* [TASK]:
Retype, without any change, the first line of the records and every line after it through the one containing "68.603135564), (-17.60762504, 65.256523627))".

[Dataset entries]

● ● ●

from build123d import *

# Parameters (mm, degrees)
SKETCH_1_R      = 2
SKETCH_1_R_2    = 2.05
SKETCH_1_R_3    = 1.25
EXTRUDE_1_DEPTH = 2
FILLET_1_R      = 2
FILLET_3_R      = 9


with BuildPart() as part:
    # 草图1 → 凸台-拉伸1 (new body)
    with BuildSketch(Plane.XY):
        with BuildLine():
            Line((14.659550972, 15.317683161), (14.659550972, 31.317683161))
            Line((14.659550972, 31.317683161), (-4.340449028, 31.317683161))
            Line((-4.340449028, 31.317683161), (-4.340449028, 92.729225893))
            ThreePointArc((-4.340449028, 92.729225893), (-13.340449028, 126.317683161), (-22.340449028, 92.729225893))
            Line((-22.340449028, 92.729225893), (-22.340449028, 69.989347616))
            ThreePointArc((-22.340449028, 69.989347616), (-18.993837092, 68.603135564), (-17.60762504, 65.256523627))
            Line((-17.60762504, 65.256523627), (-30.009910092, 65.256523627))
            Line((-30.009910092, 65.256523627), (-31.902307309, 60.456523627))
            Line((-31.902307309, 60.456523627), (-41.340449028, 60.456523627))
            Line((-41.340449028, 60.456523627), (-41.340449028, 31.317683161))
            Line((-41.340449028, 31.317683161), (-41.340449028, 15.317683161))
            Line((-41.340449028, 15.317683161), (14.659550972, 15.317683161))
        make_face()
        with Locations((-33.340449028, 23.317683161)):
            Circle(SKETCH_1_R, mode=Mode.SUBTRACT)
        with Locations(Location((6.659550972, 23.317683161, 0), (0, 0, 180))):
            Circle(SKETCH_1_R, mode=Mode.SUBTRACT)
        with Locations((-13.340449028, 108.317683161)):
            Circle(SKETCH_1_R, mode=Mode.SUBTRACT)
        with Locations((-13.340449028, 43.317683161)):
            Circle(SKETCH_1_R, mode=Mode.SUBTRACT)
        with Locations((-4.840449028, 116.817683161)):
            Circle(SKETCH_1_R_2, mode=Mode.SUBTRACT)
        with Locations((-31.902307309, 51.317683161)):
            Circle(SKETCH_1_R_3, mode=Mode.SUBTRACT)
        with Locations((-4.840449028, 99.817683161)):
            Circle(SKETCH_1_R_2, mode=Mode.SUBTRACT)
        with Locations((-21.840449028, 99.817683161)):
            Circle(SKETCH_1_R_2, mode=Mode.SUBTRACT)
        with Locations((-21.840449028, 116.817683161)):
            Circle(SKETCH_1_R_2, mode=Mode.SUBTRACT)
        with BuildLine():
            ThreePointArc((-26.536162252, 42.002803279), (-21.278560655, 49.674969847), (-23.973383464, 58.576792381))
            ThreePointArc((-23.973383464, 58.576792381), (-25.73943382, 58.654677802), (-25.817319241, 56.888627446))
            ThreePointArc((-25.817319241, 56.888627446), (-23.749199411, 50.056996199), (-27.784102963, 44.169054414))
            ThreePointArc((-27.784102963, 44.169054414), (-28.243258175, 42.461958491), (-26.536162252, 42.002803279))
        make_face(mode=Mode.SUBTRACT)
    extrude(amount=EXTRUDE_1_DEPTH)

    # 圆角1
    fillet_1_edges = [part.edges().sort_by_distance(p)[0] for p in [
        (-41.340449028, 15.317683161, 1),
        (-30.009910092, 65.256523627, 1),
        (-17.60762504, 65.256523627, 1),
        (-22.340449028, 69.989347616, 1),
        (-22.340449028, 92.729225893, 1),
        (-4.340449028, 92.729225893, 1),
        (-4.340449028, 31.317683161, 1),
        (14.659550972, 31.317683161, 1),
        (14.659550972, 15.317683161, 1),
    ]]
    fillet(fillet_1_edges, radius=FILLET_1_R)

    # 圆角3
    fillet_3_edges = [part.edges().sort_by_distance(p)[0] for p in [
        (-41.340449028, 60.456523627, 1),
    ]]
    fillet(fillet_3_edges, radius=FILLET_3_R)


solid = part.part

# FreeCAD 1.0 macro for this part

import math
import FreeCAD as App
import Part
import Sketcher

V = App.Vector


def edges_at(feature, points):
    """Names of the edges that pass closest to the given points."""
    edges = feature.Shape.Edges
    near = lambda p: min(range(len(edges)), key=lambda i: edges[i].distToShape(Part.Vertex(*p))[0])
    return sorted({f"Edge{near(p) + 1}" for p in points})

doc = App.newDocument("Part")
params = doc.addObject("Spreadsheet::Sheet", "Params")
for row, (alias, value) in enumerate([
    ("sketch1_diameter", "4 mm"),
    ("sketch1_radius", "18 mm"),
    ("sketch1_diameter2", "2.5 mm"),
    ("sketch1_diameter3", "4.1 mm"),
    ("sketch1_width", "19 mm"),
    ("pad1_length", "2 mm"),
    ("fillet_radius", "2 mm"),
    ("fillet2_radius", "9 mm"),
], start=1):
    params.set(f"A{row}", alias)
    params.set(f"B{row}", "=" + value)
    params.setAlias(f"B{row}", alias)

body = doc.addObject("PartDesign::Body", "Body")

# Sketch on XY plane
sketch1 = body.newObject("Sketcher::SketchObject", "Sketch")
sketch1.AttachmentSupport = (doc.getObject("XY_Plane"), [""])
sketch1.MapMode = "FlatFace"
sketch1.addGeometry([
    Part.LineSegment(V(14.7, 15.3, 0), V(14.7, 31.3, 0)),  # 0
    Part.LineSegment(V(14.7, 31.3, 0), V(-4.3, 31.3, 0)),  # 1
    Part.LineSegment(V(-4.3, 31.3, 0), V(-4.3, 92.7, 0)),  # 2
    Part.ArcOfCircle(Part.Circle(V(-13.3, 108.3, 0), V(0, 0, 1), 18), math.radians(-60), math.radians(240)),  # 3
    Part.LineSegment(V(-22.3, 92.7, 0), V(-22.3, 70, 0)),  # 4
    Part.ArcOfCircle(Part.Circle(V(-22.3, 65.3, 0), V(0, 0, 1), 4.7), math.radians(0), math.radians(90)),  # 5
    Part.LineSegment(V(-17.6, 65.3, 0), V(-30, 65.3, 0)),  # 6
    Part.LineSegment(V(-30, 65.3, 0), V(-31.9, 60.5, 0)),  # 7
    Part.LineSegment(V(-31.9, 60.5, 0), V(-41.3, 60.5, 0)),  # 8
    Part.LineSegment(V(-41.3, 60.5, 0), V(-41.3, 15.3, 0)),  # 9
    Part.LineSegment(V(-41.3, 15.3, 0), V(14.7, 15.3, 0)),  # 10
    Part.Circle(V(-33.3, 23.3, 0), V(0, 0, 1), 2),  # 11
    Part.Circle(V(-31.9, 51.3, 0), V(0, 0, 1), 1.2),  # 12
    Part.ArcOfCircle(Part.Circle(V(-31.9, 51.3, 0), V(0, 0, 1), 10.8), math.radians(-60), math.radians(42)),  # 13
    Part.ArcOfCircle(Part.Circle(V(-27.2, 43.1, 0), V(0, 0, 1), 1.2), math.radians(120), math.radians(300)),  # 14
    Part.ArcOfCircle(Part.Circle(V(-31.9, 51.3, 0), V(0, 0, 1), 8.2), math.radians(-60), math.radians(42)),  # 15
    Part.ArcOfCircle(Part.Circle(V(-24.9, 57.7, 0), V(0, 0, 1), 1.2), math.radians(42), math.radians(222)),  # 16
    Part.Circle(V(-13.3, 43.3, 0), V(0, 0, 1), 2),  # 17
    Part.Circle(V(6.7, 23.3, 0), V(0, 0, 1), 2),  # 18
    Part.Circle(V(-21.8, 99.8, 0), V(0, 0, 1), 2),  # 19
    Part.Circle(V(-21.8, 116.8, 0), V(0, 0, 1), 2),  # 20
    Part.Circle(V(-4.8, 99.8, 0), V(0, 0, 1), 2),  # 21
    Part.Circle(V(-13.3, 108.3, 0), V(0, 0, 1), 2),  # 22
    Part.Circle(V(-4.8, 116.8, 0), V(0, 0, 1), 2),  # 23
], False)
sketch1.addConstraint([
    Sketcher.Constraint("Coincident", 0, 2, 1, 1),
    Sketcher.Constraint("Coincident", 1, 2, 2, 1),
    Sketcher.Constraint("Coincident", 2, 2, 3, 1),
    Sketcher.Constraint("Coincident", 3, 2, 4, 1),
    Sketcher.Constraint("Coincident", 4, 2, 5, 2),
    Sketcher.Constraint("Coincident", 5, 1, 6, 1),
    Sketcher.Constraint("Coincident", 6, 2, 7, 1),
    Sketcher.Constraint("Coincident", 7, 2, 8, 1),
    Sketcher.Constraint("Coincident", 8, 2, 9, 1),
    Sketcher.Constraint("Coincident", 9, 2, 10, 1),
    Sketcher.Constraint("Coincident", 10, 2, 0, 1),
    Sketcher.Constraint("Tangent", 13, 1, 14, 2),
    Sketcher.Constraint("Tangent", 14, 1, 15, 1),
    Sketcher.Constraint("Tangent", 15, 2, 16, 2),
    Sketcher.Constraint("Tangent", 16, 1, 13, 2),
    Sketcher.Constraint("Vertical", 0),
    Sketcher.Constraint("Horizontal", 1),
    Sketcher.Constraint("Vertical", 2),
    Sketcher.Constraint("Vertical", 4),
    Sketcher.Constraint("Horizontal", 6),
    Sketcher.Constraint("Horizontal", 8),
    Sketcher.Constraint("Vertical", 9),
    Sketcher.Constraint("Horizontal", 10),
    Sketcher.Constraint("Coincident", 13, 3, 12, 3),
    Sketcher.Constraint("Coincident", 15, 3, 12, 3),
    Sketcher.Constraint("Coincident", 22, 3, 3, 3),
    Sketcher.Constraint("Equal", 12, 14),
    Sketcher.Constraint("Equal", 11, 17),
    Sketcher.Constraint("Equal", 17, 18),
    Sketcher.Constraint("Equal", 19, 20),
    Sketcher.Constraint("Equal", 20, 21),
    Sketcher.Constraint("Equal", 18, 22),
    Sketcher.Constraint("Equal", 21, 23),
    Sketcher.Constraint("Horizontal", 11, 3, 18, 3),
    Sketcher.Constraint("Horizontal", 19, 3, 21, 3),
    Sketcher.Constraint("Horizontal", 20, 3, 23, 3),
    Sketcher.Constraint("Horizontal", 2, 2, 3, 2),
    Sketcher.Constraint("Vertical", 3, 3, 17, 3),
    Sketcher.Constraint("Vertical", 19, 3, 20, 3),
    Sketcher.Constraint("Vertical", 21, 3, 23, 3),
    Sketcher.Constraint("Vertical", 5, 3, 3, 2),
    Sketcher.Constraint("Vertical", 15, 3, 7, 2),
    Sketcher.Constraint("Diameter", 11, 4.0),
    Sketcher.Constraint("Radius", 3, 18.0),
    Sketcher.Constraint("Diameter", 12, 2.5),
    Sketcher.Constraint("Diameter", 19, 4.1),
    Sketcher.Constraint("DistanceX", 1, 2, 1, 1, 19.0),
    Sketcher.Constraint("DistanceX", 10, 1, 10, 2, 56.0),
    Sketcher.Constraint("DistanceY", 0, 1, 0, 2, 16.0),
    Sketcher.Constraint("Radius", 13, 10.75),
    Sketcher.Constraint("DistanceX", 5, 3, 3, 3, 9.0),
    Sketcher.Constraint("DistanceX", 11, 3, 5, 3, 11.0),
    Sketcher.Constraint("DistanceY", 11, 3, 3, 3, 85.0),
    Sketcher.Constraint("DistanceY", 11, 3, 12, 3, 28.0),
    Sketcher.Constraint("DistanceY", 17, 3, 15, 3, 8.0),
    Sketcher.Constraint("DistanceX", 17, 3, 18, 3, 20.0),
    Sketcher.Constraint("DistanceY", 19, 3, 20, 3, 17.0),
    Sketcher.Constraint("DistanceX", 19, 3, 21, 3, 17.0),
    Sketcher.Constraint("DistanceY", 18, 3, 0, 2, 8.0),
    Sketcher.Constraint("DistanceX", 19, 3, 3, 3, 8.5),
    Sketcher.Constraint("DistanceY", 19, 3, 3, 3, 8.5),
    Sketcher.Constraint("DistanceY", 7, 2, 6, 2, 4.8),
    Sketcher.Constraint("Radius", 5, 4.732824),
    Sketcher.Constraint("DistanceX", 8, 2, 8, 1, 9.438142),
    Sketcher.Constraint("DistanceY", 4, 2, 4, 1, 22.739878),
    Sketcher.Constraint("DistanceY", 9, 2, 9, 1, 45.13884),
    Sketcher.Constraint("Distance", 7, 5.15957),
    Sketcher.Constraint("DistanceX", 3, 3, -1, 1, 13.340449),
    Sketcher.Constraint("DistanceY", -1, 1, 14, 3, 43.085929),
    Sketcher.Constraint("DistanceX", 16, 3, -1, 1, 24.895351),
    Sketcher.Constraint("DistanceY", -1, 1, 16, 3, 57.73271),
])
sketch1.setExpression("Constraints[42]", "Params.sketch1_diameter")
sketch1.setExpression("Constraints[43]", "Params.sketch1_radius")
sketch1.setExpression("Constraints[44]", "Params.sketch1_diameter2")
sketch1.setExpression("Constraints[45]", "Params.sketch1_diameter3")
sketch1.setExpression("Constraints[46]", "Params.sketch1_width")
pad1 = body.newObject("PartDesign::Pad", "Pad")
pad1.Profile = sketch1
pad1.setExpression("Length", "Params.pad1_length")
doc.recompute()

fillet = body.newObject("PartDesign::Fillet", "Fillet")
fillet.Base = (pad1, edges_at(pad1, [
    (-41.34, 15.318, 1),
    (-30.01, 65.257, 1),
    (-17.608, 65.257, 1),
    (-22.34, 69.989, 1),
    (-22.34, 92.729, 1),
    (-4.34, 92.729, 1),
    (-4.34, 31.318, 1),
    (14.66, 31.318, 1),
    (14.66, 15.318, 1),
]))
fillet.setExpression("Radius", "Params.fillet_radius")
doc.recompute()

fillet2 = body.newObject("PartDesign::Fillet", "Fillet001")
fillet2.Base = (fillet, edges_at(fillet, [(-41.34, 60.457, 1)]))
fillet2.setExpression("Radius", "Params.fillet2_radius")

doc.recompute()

● ● ●

* [TASK OUTPUT]:
from build123d import *

# Parameters (mm, degrees)
SKETCH_1_R      = 2
SKETCH_1_R_2    = 2.05
SKETCH_1_R_3    = 1.25
EXTRUDE_1_DEPTH = 2
FILLET_1_R      = 2
FILLET_3_R      = 9


with BuildPart() as part:
    # 草图1 → 凸台-拉伸1 (new body)
    with BuildSketch(Plane.XY):
        with BuildLine():
            Line((14.659550972, 15.317683161), (14.659550972, 31.317683161))
            Line((14.659550972, 31.317683161), (-4.340449028, 31.317683161))
            Line((-4.340449028, 31.317683161), (-4.340449028, 92.729225893))
            ThreePointArc((-4.340449028, 92.729225893), (-13.340449028, 126.317683161), (-22.340449028, 92.729225893))
            Line((-22.340449028, 92.729225893), (-22.340449028, 69.989347616))
            ThreePointArc((-22.340449028, 69.989347616), (-18.993837092, 68.603135564), (-17.60762504, 65.256523627))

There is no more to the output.